Operation of a memory device (e.g., memory 514), such as a change in state from a binary one (1) to a binary zero (0) (or vice versa) may comprise a visually perceptible physical change or transformation. The transformation may comprise a physical transformation of an article to a different state or thing. For example, a change in state may involve accumulation and storage of charge or a release of stored charge. Likewise, a change of state may comprise a physical change or transformation in magnetic orientation or a physical change or transformation in molecular structure, such as a change from crystalline to amorphous or vice versa.
Aspects of the disclosed embodiments may be described in terms of algorithms and symbolic representations of operations on data bits stored in memory. These algorithmic descriptions and symbolic representations generally include a sequence of operations leading to a desired result. The operations require physical manipulations of physical quantities. Usually, though not necessarily, these quantities take the form of electric or magnetic signals that are capable of being stored, transferred, combined, compared, and otherwise manipulated. Customarily, and for convenience, these signals are referred to as bits, values, elements, symbols, characters, terms, numbers, or the like. These and similar terms are associated with physical quantities and are merely convenient labels applied to these quantities.
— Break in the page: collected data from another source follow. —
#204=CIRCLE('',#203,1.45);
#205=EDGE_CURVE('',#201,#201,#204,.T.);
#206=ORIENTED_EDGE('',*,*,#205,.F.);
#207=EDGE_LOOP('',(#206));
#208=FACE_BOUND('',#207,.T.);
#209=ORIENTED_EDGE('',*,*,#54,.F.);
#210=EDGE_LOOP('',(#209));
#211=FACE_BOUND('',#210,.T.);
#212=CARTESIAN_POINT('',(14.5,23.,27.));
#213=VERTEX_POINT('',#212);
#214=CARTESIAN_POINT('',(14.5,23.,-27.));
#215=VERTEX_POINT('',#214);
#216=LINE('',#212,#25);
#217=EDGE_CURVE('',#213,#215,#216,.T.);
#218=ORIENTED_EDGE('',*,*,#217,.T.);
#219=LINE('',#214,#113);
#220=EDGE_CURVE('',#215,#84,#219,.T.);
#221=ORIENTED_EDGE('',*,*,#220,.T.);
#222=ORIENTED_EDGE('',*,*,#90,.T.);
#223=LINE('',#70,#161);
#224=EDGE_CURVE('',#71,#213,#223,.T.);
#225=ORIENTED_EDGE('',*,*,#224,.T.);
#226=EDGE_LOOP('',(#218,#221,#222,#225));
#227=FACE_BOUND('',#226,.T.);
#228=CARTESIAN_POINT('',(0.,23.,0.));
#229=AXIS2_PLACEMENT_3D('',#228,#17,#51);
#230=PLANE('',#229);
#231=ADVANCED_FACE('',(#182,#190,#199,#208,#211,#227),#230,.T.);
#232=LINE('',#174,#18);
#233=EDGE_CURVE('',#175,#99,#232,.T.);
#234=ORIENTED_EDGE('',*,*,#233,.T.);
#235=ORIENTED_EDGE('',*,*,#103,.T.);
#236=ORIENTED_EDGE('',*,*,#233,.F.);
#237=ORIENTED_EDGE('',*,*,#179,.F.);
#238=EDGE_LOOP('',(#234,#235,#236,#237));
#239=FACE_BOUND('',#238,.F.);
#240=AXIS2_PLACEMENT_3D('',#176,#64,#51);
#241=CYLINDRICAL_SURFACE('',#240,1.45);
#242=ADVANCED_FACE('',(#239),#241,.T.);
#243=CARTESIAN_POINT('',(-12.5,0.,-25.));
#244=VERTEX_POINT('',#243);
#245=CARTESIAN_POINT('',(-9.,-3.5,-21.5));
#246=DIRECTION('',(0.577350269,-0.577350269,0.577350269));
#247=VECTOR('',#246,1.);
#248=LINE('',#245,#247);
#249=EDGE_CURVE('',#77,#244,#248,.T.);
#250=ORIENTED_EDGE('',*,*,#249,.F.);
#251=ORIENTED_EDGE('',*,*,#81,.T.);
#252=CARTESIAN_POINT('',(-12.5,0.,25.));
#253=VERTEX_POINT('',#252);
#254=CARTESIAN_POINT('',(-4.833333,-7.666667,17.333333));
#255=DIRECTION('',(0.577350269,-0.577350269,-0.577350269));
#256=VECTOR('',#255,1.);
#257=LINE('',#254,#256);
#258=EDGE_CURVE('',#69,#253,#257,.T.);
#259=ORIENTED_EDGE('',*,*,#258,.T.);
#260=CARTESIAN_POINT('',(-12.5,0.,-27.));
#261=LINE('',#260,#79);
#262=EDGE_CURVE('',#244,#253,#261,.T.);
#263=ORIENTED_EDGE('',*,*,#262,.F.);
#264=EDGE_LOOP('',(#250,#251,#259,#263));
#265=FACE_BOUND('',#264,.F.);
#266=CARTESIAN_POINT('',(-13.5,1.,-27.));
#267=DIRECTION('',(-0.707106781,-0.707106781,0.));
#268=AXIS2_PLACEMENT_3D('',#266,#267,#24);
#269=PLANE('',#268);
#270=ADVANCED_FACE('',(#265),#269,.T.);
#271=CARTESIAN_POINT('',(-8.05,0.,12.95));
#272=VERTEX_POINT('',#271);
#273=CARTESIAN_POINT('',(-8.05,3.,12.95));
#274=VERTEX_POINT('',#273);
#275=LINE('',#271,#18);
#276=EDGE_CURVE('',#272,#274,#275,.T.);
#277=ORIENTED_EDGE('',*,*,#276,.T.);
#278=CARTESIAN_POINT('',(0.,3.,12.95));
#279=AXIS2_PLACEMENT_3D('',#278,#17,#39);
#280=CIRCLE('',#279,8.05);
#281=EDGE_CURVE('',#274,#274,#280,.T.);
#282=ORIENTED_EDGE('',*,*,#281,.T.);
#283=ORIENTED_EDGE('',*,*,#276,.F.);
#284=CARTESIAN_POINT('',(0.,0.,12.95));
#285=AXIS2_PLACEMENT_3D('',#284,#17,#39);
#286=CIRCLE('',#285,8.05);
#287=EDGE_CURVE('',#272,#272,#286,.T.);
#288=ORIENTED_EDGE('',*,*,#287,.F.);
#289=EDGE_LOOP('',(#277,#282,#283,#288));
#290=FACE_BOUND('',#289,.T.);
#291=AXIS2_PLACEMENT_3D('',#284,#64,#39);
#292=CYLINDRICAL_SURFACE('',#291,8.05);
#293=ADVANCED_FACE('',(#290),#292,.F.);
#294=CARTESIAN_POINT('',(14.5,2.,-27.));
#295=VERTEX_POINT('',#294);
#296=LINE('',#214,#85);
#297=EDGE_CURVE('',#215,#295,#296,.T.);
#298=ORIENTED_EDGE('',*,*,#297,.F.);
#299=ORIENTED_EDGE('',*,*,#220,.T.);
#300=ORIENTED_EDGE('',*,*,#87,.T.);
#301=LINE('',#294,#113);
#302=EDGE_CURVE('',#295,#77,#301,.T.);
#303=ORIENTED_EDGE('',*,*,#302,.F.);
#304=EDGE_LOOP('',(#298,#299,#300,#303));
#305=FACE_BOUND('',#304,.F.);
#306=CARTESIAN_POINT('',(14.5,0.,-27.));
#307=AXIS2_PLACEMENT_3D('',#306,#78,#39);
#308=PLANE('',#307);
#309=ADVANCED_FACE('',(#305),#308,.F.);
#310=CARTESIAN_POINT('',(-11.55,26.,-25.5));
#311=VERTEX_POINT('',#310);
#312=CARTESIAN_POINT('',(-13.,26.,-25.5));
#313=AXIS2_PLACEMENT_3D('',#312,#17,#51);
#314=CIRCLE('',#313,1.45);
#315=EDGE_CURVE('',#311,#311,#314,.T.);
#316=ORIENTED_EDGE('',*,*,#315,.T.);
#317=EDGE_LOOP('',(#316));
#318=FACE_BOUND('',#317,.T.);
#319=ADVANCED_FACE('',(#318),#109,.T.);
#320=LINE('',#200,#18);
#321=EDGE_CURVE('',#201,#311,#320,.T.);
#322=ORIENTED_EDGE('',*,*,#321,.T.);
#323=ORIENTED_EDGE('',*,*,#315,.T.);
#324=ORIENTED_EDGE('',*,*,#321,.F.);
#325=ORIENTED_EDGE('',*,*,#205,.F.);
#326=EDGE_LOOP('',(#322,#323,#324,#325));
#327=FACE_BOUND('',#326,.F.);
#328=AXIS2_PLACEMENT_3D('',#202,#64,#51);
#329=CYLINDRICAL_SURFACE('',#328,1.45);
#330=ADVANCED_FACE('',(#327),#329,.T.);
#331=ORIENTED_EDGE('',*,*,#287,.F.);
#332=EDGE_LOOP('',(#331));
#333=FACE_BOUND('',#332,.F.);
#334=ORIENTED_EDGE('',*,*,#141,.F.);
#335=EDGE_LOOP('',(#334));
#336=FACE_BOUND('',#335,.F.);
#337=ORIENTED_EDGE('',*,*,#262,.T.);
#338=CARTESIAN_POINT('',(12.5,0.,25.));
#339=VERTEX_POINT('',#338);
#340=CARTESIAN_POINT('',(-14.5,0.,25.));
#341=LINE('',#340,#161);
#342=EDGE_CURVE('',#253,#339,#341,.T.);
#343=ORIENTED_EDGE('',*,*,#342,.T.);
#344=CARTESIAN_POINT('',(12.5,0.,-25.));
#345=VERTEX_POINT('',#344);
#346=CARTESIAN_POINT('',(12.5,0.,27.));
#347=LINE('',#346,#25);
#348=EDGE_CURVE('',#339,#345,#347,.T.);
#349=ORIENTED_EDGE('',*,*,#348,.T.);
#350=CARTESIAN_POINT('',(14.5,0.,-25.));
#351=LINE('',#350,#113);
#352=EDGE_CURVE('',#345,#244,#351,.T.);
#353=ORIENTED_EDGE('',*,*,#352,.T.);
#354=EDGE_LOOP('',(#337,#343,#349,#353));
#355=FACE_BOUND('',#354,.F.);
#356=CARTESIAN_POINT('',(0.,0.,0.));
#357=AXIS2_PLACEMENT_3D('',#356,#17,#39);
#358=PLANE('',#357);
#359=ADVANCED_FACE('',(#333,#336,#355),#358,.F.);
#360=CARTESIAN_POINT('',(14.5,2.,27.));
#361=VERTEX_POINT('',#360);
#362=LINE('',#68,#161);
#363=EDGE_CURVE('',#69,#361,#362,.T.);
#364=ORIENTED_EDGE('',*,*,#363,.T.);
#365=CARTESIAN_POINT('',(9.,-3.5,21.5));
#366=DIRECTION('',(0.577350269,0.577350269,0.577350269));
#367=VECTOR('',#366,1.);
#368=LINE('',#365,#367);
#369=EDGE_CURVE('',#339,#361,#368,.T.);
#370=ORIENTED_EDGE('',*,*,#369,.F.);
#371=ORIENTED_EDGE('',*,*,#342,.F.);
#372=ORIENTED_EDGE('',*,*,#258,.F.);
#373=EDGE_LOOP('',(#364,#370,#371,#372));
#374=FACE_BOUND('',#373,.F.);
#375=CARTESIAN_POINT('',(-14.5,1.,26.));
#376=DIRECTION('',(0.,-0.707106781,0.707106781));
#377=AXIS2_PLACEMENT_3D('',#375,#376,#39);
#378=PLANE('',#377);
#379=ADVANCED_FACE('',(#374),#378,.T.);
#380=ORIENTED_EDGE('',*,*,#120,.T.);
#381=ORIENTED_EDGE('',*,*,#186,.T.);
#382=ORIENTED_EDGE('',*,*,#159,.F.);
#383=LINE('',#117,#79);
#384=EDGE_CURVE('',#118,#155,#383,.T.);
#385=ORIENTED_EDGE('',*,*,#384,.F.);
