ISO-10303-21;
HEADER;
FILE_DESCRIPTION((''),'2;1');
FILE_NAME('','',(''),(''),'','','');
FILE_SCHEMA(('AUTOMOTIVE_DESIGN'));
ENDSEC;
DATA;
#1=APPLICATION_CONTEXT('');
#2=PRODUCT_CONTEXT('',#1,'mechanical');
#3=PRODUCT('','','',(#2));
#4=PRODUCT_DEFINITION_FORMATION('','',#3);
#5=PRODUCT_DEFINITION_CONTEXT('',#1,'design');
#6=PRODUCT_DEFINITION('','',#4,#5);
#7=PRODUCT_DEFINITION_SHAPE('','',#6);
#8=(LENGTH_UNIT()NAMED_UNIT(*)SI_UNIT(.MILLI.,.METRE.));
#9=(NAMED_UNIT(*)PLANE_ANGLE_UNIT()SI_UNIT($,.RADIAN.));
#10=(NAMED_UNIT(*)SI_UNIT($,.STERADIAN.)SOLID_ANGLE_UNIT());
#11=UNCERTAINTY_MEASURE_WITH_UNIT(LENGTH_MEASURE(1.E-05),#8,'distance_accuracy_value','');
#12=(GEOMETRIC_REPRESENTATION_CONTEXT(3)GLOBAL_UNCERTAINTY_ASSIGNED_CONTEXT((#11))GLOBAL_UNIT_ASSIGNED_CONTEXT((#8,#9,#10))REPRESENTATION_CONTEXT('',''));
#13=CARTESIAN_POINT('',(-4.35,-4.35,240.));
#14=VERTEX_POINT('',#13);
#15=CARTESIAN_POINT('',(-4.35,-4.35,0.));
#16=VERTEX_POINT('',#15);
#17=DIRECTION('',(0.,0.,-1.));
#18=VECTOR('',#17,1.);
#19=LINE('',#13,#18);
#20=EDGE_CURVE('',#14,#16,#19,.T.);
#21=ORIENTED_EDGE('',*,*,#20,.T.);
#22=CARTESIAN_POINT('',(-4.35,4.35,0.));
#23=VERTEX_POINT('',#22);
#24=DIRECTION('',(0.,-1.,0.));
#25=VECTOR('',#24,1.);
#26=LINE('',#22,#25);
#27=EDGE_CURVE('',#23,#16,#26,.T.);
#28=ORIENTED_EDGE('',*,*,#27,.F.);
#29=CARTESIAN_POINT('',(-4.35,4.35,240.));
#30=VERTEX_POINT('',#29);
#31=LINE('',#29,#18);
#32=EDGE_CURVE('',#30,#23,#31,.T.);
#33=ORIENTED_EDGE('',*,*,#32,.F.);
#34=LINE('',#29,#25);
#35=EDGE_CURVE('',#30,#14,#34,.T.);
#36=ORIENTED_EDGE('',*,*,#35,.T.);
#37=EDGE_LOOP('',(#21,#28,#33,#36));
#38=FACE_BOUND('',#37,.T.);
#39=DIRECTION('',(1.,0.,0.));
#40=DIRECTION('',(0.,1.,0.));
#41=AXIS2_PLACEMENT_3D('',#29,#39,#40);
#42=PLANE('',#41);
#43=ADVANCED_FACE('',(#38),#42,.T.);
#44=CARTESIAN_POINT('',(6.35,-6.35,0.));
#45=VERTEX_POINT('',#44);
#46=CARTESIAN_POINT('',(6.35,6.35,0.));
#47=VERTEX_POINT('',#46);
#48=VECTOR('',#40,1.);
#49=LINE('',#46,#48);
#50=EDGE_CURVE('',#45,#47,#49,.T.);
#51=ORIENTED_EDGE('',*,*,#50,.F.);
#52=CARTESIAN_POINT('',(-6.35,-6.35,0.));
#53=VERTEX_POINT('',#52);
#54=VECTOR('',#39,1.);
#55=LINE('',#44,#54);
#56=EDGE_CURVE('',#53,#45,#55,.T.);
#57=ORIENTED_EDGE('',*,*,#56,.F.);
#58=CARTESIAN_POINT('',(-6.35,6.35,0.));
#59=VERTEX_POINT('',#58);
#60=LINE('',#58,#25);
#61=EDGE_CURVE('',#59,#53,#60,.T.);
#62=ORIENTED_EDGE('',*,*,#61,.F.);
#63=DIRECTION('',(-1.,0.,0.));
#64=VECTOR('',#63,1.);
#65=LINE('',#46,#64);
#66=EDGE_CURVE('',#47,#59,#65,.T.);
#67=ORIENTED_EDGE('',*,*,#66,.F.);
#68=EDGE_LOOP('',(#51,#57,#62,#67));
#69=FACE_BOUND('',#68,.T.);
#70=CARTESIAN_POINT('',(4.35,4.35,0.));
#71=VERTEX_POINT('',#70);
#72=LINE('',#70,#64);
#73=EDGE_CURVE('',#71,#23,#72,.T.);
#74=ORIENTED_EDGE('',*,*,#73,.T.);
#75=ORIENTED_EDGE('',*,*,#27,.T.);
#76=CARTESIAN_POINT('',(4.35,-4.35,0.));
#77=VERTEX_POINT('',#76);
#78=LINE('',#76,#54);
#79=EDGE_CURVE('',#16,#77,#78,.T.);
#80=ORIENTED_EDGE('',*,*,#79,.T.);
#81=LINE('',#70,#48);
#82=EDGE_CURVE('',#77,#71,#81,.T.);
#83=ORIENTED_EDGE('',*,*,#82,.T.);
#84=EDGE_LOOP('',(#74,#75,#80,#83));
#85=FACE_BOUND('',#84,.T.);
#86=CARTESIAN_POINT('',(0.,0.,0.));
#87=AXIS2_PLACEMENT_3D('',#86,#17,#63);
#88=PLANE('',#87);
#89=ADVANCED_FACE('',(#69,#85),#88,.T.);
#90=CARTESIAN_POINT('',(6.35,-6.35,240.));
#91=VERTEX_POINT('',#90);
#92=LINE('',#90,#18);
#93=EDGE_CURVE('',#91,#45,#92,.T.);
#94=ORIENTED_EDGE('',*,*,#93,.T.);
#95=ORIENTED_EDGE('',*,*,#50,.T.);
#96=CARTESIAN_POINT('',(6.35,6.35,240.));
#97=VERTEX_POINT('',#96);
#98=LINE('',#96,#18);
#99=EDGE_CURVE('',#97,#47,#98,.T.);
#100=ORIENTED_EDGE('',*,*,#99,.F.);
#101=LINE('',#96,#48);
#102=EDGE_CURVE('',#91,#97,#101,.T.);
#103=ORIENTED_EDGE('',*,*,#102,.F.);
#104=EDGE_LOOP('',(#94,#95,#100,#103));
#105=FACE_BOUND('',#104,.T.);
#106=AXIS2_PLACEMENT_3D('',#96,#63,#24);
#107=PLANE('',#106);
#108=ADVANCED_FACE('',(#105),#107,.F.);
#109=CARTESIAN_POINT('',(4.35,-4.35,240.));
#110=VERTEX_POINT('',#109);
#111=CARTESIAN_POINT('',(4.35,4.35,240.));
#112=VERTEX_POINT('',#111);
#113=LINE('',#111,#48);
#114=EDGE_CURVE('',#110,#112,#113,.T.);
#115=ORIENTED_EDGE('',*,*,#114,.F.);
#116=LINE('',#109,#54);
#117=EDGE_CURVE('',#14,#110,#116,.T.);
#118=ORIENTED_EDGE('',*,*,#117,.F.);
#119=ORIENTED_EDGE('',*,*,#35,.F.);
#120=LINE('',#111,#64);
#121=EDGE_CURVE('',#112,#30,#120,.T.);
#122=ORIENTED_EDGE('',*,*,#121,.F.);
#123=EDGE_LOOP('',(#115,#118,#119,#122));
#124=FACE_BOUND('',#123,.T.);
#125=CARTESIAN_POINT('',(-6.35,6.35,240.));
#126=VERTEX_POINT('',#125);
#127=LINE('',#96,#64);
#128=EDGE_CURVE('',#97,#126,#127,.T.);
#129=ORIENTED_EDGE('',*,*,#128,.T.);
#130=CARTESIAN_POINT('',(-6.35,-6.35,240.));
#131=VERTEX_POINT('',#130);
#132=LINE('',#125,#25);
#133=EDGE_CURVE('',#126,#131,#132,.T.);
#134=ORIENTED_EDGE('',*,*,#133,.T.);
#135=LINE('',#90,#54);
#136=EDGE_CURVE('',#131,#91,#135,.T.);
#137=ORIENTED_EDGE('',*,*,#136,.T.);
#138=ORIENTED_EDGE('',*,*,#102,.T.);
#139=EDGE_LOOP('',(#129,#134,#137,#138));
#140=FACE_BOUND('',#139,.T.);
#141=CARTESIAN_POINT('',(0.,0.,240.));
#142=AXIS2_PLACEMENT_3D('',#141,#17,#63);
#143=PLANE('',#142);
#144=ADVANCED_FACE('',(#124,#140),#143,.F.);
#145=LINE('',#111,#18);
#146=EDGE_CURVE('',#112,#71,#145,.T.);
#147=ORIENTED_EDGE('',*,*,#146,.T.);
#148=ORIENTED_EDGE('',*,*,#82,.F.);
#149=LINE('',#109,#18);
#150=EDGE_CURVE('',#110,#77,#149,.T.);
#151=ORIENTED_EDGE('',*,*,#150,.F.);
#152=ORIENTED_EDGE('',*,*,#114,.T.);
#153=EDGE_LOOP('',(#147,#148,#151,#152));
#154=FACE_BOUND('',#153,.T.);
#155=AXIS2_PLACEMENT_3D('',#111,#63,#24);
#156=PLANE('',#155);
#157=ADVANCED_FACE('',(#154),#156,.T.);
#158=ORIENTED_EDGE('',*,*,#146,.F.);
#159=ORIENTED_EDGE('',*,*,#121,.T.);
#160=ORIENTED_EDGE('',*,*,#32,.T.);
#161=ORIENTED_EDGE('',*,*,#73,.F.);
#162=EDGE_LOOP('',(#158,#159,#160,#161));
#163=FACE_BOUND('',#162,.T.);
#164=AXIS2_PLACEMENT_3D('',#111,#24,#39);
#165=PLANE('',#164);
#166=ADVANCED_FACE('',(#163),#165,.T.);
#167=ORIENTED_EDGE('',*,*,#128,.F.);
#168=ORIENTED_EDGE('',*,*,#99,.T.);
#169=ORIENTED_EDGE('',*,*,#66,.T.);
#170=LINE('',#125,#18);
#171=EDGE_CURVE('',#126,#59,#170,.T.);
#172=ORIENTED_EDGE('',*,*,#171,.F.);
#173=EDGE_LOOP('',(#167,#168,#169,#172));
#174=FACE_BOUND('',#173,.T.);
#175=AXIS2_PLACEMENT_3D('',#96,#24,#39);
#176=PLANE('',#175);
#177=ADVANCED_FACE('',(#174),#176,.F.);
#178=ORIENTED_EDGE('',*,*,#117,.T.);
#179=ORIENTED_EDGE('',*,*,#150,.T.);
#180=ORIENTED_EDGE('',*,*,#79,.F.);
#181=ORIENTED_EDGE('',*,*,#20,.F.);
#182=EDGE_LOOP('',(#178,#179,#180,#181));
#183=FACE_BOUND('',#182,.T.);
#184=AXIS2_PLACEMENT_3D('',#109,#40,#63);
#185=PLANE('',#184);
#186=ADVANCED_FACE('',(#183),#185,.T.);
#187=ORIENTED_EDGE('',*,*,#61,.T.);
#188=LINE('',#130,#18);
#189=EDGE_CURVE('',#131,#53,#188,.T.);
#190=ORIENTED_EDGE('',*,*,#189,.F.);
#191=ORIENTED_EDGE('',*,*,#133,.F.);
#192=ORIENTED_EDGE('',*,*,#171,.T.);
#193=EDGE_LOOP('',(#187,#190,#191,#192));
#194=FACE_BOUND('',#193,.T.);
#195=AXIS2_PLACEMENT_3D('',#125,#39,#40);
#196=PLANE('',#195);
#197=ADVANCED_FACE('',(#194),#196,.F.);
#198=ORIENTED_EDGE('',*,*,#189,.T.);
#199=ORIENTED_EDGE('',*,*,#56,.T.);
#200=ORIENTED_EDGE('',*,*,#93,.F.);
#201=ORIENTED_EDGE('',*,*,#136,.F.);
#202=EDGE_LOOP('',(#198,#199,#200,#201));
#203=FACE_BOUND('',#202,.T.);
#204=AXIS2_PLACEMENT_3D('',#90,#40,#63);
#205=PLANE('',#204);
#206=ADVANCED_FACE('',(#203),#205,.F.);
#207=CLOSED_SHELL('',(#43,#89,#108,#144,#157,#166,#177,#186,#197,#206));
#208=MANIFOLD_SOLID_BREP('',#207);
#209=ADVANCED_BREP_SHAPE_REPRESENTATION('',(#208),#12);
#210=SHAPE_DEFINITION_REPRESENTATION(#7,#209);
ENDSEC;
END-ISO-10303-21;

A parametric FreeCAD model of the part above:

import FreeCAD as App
import Part
import Sketcher
from FreeCAD import Vector
Q = App.Units.Quantity

doc = App.newDocument("Part")
body = doc.addObject("PartDesign::Body", "Body")

sketch1 = body.newObject("Sketcher::SketchObject", "Sketch")
sketch1.AttachmentSupport = (doc.getObject("XY_Plane"), [""])
sketch1.MapMode = "FlatFace"
sketch1.addGeometry(Part.LineSegment(Vector(-6.35, 6.35, 0), Vector(-6.35, -6.35, 0)), False)
sketch1.addGeometry(Part.LineSegment(Vector(-6.35, -6.35, 0), Vector(6.35, -6.35, 0)), False)
sketch1.addGeometry(Part.LineSegment(Vector(6.35, -6.35, 0), Vector(6.35, 6.35, 0)), False)
sketch1.addGeometry(Part.LineSegment(Vector(6.35, 6.35, 0), Vector(-6.35, 6.35, 0)), False)
sketch1.addGeometry(Part.LineSegment(Vector(4.35, -4.35, 0), Vector(-4.35, -4.35, 0)), False)
sketch1.addGeometry(Part.LineSegment(Vector(-4.35, -4.35, 0), Vector(-4.35, 4.35, 0)), False)
sketch1.addGeometry(Part.LineSegment(Vector(-4.35, 4.35, 0), Vector(4.35, 4.35, 0)), False)
sketch1.addGeometry(Part.LineSegment(Vector(4.35, 4.35, 0), Vector(4.35, -4.35, 0)), False)
sketch1.addConstraint(Sketcher.Constraint("Coincident", 0, 2, 1, 1))
sketch1.addConstraint(Sketcher.Constraint("Coincident", 1, 2, 2, 1))
sketch1.addConstraint(Sketcher.Constraint("Coincident", 2, 2, 3, 1))
sketch1.addConstraint(Sketcher.Constraint("Coincident", 3, 2, 0, 1))
sketch1.addConstraint(Sketcher.Constraint("Coincident", 4, 2, 5, 1))
sketch1.addConstraint(Sketcher.Constraint("Coincident", 5, 2, 6, 1))
sketch1.addConstraint(Sketcher.Constraint("Coincident", 6, 2, 7, 1))
sketch1.addConstraint(Sketcher.Constraint("Coincident", 7, 2, 4, 1))
sketch1.addConstraint(Sketcher.Constraint("Vertical", 0))
sketch1.addConstraint(Sketcher.Constraint("Horizontal", 1))
sketch1.addConstraint(Sketcher.Constraint("Vertical", 2))
sketch1.addConstraint(Sketcher.Constraint("Horizontal", 3))
sketch1.addConstraint(Sketcher.Constraint("Horizontal", 4))
sketch1.addConstraint(Sketcher.Constraint("Vertical", 5))
sketch1.addConstraint(Sketcher.Constraint("Horizontal", 6))
sketch1.addConstraint(Sketcher.Constraint("Vertical", 7))
sketch1.addConstraint(Sketcher.Constraint("Symmetric", 0, 2, 2, 2, -1, 1))
sketch1.addConstraint(Sketcher.Constraint("Symmetric", 4, 2, 6, 2, -1, 1))
sketch1.addConstraint(Sketcher.Constraint("Equal", 3, 0))
sketch1.addConstraint(Sketcher.Constraint("Equal", 6, 5))
sketch1.addConstraint(Sketcher.Constraint("DistanceX", 1, 1, 1, 2, Q("12.7 mm")))
sketch1.addConstraint(Sketcher.Constraint("DistanceX", 4, 2, 4, 1, Q("8.7 mm")))
pad1 = body.newObject("PartDesign::Pad", "Pad")
pad1.Profile = sketch1
pad1.Length = 240

doc.recompute()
While embodiments have been described in the context of fully functioning computers, those skilled in the art will appreciate that the various embodiments are capable of being distributed as a program product in a variety of forms and that the disclosure applies equally, regardless of the particular type of machine or computer-readable media used to actually effect the embodiments.
While the disclosure has been described in terms of several embodiments, those skilled in the art will recognize that the disclosure is not limited to the embodiments described herein and can be practiced with modifications and alterations within the spirit and scope of the invention. Those skilled in the art will also recognize improvements to the embodiments of the present disclosure. All such improvements are considered within the scope of the concepts disclosed herein. Thus, the description is to be regarded as illustrative instead of limiting.
From the foregoing, it will be appreciated that specific embodiments of the invention have been described herein for purposes of illustration, but that various modifications may be made without deviating from the scope of the invention. Accordingly, the invention is not limited except as by the appended claims.